(Saved entries)
++++++++++

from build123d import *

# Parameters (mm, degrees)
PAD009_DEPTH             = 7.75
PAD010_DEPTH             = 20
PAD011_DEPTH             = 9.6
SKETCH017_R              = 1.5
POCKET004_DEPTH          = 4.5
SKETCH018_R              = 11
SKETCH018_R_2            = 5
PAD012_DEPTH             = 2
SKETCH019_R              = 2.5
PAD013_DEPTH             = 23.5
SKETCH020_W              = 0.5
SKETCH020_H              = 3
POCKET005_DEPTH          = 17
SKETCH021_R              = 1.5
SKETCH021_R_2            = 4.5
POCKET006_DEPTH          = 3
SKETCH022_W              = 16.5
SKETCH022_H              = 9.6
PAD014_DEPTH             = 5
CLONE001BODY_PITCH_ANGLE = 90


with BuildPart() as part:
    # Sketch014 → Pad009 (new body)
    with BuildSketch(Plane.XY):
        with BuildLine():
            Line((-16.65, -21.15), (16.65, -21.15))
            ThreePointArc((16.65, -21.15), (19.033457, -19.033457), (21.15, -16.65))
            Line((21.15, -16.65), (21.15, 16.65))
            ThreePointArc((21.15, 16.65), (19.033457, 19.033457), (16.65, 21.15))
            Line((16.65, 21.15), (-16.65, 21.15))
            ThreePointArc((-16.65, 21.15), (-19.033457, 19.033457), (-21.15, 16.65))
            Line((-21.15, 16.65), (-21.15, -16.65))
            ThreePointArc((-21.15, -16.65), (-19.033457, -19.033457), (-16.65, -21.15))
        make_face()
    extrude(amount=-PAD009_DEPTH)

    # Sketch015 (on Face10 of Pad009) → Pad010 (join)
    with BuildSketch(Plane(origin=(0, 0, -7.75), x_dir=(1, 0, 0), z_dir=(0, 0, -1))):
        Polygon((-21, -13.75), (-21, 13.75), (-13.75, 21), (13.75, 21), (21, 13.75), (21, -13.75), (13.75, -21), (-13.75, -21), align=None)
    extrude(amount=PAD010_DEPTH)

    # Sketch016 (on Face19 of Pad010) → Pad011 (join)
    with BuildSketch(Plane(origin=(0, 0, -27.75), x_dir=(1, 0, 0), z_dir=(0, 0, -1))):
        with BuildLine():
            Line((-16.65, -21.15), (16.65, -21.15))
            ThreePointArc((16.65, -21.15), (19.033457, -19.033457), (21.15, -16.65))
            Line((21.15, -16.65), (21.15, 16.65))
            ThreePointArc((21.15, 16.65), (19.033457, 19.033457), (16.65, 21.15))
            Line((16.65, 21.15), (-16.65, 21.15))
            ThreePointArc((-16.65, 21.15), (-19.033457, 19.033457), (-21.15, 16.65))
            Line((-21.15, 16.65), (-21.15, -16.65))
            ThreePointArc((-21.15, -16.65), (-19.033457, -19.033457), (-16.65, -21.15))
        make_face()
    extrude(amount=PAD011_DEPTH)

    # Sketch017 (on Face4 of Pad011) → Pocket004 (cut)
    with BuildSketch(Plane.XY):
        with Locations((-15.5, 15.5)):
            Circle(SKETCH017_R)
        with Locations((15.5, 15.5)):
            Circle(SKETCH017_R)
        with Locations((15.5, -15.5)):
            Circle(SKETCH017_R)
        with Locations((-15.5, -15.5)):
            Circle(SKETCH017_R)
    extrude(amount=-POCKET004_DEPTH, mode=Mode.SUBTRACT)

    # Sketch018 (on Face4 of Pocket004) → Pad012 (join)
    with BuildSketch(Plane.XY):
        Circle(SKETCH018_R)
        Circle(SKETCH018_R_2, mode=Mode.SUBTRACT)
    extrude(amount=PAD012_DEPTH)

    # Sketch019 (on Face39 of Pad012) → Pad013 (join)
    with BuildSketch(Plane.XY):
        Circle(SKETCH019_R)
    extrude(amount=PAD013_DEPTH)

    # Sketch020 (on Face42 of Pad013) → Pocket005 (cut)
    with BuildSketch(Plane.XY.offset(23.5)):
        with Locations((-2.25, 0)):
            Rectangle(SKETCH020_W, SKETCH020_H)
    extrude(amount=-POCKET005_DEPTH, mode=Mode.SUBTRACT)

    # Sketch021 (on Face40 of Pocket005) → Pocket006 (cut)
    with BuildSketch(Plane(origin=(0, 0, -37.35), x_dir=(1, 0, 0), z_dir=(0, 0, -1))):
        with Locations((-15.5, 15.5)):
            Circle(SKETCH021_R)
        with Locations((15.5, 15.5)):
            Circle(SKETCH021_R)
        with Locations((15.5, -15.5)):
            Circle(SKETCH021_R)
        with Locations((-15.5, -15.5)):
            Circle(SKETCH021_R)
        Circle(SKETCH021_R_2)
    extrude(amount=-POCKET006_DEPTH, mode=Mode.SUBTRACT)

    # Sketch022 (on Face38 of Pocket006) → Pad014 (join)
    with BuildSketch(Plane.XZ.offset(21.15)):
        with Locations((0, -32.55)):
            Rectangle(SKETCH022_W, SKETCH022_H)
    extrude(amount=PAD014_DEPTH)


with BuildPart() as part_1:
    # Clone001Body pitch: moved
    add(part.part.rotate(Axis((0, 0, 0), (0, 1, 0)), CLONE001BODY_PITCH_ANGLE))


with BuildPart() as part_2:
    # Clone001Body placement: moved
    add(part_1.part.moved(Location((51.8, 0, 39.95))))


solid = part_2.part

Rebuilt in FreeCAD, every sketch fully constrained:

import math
import FreeCAD as App
import Part
import Sketcher
from FreeCAD import Vector
Q = App.Units.Quantity


def add_polygon(sketch, points):
    """Adds a closed chain of lines whose ends are joined by coincident constraints."""
    first, n = sketch.GeometryCount, len(points)
    for a, b in zip(points, points[1:] + points[:1]):
        sketch.addGeometry(Part.LineSegment(App.Vector(*a, 0), App.Vector(*b, 0)), False)
    for i in range(n):
        sketch.addConstraint(Sketcher.Constraint("Coincident", first + i, 2, first + (i + 1) % n, 1))

doc = App.newDocument("Part")
body = doc.addObject("PartDesign::Body", "Body")

sketch1 = body.newObject("Sketcher::SketchObject", "Sketch")
sketch1.AttachmentSupport = (doc.getObject("XY_Plane"), [""])
sketch1.MapMode = "FlatFace"
sketch1.addGeometry([
    Part.LineSegment(Vector(-16.65, -21.15, 0), Vector(16.65, -21.15, 0)),
    Part.ArcOfCircle(Part.Circle(Vector(-0.000055, 0.000055, 0), Vector(0, 0, 1), 26.917451), math.radians(-51.788955), math.radians(-38.211045)),
    Part.LineSegment(Vector(21.15, -16.65, 0), Vector(21.15, 16.65, 0)),
    Part.ArcOfCircle(Part.Circle(Vector(-0.000055, -0.000055, 0), Vector(0, 0, 1), 26.917451), math.radians(38.211045), math.radians(51.788955)),
    Part.LineSegment(Vector(16.65, 21.15, 0), Vector(-16.65, 21.15, 0)),
    Part.ArcOfCircle(Part.Circle(Vector(0.000055, -0.000055, 0), Vector(0, 0, 1), 26.917451), math.radians(128.211045), math.radians(141.788955)),
    Part.LineSegment(Vector(-21.15, 16.65, 0), Vector(-21.15, -16.65, 0)),
    Part.ArcOfCircle(Part.Circle(Vector(0.000055, 0.000055, 0), Vector(0, 0, 1), 26.917451), math.radians(-141.788955), math.radians(-128.211045)),
], False)
sketch1.addConstraint([
    Sketcher.Constraint("Coincident", 0, 2, 1, 1),
    Sketcher.Constraint("Coincident", 1, 2, 2, 1),
    Sketcher.Constraint("Coincident", 2, 2, 3, 1),
    Sketcher.Constraint("Coincident", 3, 2, 4, 1),
    Sketcher.Constraint("Coincident", 4, 2, 5, 1),
    Sketcher.Constraint("Coincident", 5, 2, 6, 1),
    Sketcher.Constraint("Coincident", 6, 2, 7, 1),
    Sketcher.Constraint("Coincident", 7, 2, 0, 1),
    Sketcher.Constraint("Horizontal", 0),
    Sketcher.Constraint("Vertical", 2),
    Sketcher.Constraint("Horizontal", 4),
    Sketcher.Constraint("Vertical", 6),
    Sketcher.Constraint("Equal", 1, 3),
    Sketcher.Constraint("Equal", 3, 5),
    Sketcher.Constraint("Equal", 5, 7),
    Sketcher.Constraint("Symmetric", 1, 3, 5, 3, -1, 1),
    Sketcher.Constraint("Symmetric", 3, 3, 7, 3, -1, 1),
    Sketcher.Constraint("Symmetric", 3, 3, 5, 3, -2),
    Sketcher.Constraint("Horizontal", 2, 2, 5, 2),
    Sketcher.Constraint("Vertical", 0, 2, 3, 2),
    Sketcher.Constraint("Equal", 4, 2),
    Sketcher.Constraint("DistanceX", 0, 1, 0, 2, Q("33.3 mm")),
    Sketcher.Constraint("DistanceX", 0, 2, 1, 2, Q("4.5 mm")),
    Sketcher.Constraint("DistanceY", 0, 2, 1, 2, Q("4.5 mm")),
    Sketcher.Constraint("Radius", 1, Q("26.917451 mm")),
])
pad1 = body.newObject("PartDesign::Pad", "Pad")
pad1.Profile = sketch1
pad1.Length = 7.75
pad1.Reversed = True

sketch2 = body.newObject("Sketcher::SketchObject", "Sketch001")
sketch2.AttachmentSupport = (doc.getObject("XY_Plane"), [""])
sketch2.MapMode = "FlatFace"
sketch2.AttachmentOffset = App.Placement(Vector(0, 0, -7.75), App.Rotation())
add_polygon(sketch2, [(-21, -14), (-21, 14), (-14, 21), (14, 21), (21, 14), (21, -14), (14, -21), (-14, -21)])
sketch2.addConstraint([
    Sketcher.Constraint("Vertical", 0),
    Sketcher.Constraint("Horizontal", 2),
    Sketcher.Constraint("Vertical", 4),
    Sketcher.Constraint("Horizontal", 6),
    Sketcher.Constraint("Symmetric", 0, 2, 4, 2, -1, 1),
    Sketcher.Constraint("Symmetric", 1, 2, 5, 2, -1, 1),
    Sketcher.Constraint("Perpendicular", 1, 3),
    Sketcher.Constraint("Perpendicular", 5, 7),
    Sketcher.Constraint("Horizontal", 0, 2, 3, 2),
    Sketcher.Constraint("Horizontal", 4, 2, 7, 2),
    Sketcher.Constraint("Vertical", 2, 2, 5, 2),
    Sketcher.Constraint("Equal", 6, 0),
    Sketcher.Constraint("DistanceX", 2, 1, 2, 2, Q("27.5 mm")),
    Sketcher.Constraint("DistanceX", 0, 2, -1, 1, Q("21 mm")),
])
pad2 = body.newObject("PartDesign::Pad", "Pad001")
pad2.Profile = sketch2
pad2.Length = 20
pad2.Reversed = True

sketch3 = body.newObject("Sketcher::SketchObject", "Sketch002")
sketch3.AttachmentSupport = (doc.getObject("XY_Plane"), [""])
sketch3.MapMode = "FlatFace"
sketch3.AttachmentOffset = App.Placement(Vector(0, 0, -27.75), App.Rotation())
sketch3.addGeometry([
    Part.LineSegment(Vector(-16.65, 21.15, 0), Vector(16.65, 21.15, 0)),
    Part.ArcOfCircle(Part.Circle(Vector(-0.000055, -0.000055, 0), Vector(0, 0, 1), 26.917451), math.radians(38.211045), math.radians(51.788955)),
    Part.LineSegment(Vector(21.15, 16.65, 0), Vector(21.15, -16.65, 0)),
    Part.ArcOfCircle(Part.Circle(Vector(-0.000055, 0.000055, 0), Vector(0, 0, 1), 26.917451), math.radians(-51.788955), math.radians(-38.211045)),
    Part.LineSegment(Vector(16.65, -21.15, 0), Vector(-16.65, -21.15, 0)),
    Part.ArcOfCircle(Part.Circle(Vector(0.000055, 0.000055, 0), Vector(0, 0, 1), 26.917451), math.radians(-141.788955), math.radians(-128.211045)),
    Part.LineSegment(Vector(-21.15, -16.65, 0), Vector(-21.15, 16.65, 0)),
    Part.ArcOfCircle(Part.Circle(Vector(0.000055, -0.000055, 0), Vector(0, 0, 1), 26.917451), math.radians(128.211045), math.radians(141.788955)),
], False)
sketch3.addConstraint([
    Sketcher.Constraint("Coincident", 0, 2, 1, 2),
    Sketcher.Constraint("Coincident", 1, 1, 2, 1),
    Sketcher.Constraint("Coincident", 2, 2, 3, 2),
    Sketcher.Constraint("Coincident", 3, 1, 4, 1),
    Sketcher.Constraint("Coincident", 4, 2, 5, 2),
    Sketcher.Constraint("Coincident", 5, 1, 6, 1),
    Sketcher.Constraint("Coincident", 6, 2, 7, 2),
    Sketcher.Constraint("Coincident", 7, 1, 0, 1),
    Sketcher.Constraint("Horizontal", 0),
    Sketcher.Constraint("Vertical", 2),
    Sketcher.Constraint("Horizontal", 4),
    Sketcher.Constraint("Vertical", 6),
    Sketcher.Constraint("Equal", 1, 3),
    Sketcher.Constraint("Equal", 3, 5),
    Sketcher.Constraint("Equal", 5, 7),
    Sketcher.Constraint("Symmetric", 1, 3, 5, 3, -1, 1),
    Sketcher.Constraint("Symmetric", 3, 3, 7, 3, -1, 1),
    Sketcher.Constraint("Symmetric", 3, 3, 5, 3, -2),
    Sketcher.Constraint("Horizontal", 2, 2, 5, 1),
    Sketcher.Constraint("Vertical", 0, 2, 3, 1),
    Sketcher.Constraint("Equal", 4, 2),
    Sketcher.Constraint("DistanceX", 0, 1, 0, 2, Q("33.3 mm")),
    Sketcher.Constraint("DistanceX", 0, 2, 1, 1, Q("4.5 mm")),
    Sketcher.Constraint("DistanceY", 1, 1, 0, 2, Q("4.5 mm")),
    Sketcher.Constraint("Radius", 1, Q("26.917451 mm")),
])
pad3 = body.newObject("PartDesign::Pad", "Pad002")
pad3.Profile = sketch3
pad3.Length = 9.6
pad3.Reversed = True

sketch4 = body.newObject("Sketcher::SketchObject", "Sketch003")
sketch4.AttachmentSupport = (doc.getObject("XY_Plane"), [""])
sketch4.MapMode = "FlatFace"
sketch4.addGeometry([
    Part.Circle(Vector(-15.5, 15.5, 0), Vector(0, 0, 1), 1.5),
    Part.Circle(Vector(15.5, 15.5, 0), Vector(0, 0, 1), 1.5),
    Part.Circle(Vector(15.5, -15.5, 0), Vector(0, 0, 1), 1.5),
    Part.Circle(Vector(-15.5, -15.5, 0), Vector(0, 0, 1), 1.5),
], False)
sketch4.addConstraint([
    Sketcher.Constraint("Equal", 0, 1),
    Sketcher.Constraint("Equal", 1, 2),
    Sketcher.Constraint("Equal", 2, 3),
    Sketcher.Constraint("Symmetric", 0, 3, 2, 3, -1, 1),
    Sketcher.Constraint("Symmetric", 1, 3, 3, 3, -1, 1),
    Sketcher.Constraint("Symmetric", 0, 3, 1, 3, -2),
    Sketcher.Constraint("Diameter", 0, Q("3 mm")),
    Sketcher.Constraint("DistanceX", 0, 3, 1, 3, Q("31 mm")),
    Sketcher.Constraint("DistanceY", 2, 3, 1, 3, Q("31 mm")),
])
pocket1 = body.newObject("PartDesign::Pocket", "Pocket")
pocket1.Profile = sketch4
pocket1.Length = 4.5

sketch5 = body.newObject("Sketcher::SketchObject", "Sketch004")
sketch5.AttachmentSupport = (doc.getObject("XY_Plane"), [""])
sketch5.MapMode = "FlatFace"
sketch5.addGeometry([
    Part.Circle(Vector(0, 0, 0), Vector(0, 0, 1), 11),
    Part.Circle(Vector(0, 0, 0), Vector(0, 0, 1), 5),
], False)
sketch5.addConstraint([
    Sketcher.Constraint("Coincident", 0, 3, -1, 1),
    Sketcher.Constraint("Coincident", 1, 3, -1, 1),
    Sketcher.Constraint("Diameter", 0, Q("22 mm")),
    Sketcher.Constraint("Diameter", 1, Q("10 mm")),
])
pad4 = body.newObject("PartDesign::Pad", "Pad003")
pad4.Profile = sketch5
pad4.Length = 2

++++++++++

Aim of the exercise: Lines from the entries that contain the word "BuildPart" are what the answer must hold.

Problem solution:
with BuildPart() as part:
with BuildPart() as part_1:
with BuildPart() as part_2:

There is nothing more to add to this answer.